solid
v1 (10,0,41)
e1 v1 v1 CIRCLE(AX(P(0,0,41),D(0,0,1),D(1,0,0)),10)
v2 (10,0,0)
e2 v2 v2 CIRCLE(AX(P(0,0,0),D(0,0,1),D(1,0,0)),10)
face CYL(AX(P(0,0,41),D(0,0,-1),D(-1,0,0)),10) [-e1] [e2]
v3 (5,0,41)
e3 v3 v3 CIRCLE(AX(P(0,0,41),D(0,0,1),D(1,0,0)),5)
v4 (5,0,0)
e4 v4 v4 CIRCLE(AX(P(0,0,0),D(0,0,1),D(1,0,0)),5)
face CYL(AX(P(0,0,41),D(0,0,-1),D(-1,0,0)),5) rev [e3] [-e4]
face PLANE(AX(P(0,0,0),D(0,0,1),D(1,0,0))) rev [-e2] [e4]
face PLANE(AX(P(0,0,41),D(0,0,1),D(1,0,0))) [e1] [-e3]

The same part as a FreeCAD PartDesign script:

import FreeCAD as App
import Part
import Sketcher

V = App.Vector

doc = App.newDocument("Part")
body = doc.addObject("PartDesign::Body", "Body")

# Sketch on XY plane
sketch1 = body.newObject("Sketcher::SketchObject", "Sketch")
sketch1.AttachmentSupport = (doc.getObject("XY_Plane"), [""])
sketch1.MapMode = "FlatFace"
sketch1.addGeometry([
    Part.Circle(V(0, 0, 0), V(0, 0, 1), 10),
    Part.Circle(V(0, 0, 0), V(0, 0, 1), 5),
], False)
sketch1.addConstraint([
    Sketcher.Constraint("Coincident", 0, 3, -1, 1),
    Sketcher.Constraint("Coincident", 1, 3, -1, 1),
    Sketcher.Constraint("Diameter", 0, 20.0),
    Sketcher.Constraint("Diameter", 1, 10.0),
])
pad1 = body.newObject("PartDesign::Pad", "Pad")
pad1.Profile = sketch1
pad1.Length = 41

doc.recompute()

* * *

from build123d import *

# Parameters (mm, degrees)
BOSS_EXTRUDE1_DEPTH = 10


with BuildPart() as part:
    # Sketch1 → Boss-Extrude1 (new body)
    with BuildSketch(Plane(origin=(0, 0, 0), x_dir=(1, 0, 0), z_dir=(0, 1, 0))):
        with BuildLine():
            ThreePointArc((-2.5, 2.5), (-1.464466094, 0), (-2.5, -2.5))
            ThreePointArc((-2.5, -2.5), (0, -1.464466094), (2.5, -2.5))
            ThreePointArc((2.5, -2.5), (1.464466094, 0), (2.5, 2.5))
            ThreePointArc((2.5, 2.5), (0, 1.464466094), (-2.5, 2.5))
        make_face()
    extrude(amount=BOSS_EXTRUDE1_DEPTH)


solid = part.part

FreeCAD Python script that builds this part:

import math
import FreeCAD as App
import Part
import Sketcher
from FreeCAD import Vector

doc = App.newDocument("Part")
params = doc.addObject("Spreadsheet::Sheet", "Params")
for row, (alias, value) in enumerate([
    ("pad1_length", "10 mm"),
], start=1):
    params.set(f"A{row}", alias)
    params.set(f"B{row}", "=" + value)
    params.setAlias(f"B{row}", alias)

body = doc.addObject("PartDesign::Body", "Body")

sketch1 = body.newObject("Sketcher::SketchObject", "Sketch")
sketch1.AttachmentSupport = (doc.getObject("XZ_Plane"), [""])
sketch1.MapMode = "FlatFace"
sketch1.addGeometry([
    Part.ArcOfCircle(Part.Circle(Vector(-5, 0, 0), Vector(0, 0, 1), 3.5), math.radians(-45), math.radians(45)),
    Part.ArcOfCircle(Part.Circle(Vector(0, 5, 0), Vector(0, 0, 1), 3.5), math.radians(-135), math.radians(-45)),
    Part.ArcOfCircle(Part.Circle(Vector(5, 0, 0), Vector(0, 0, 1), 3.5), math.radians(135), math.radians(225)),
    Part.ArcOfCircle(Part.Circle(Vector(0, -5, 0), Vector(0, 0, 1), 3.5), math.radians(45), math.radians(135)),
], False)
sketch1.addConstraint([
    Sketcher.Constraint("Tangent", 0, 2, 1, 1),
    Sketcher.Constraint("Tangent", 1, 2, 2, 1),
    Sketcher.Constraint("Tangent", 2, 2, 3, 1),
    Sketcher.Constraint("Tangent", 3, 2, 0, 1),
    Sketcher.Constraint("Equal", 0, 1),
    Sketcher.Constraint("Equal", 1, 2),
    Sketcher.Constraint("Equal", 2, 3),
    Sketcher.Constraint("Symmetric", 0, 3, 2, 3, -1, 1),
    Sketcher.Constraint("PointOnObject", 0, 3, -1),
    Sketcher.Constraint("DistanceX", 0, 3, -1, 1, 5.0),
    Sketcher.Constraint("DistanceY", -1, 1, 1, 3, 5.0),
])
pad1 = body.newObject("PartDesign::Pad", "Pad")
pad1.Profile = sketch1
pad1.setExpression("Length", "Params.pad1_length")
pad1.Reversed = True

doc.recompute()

# [How to complete this task]
Bring together each line above where the string "script" turns up.

# [Answer box]
The same part as a FreeCAD PartDesign script:
FreeCAD Python script that builds this part:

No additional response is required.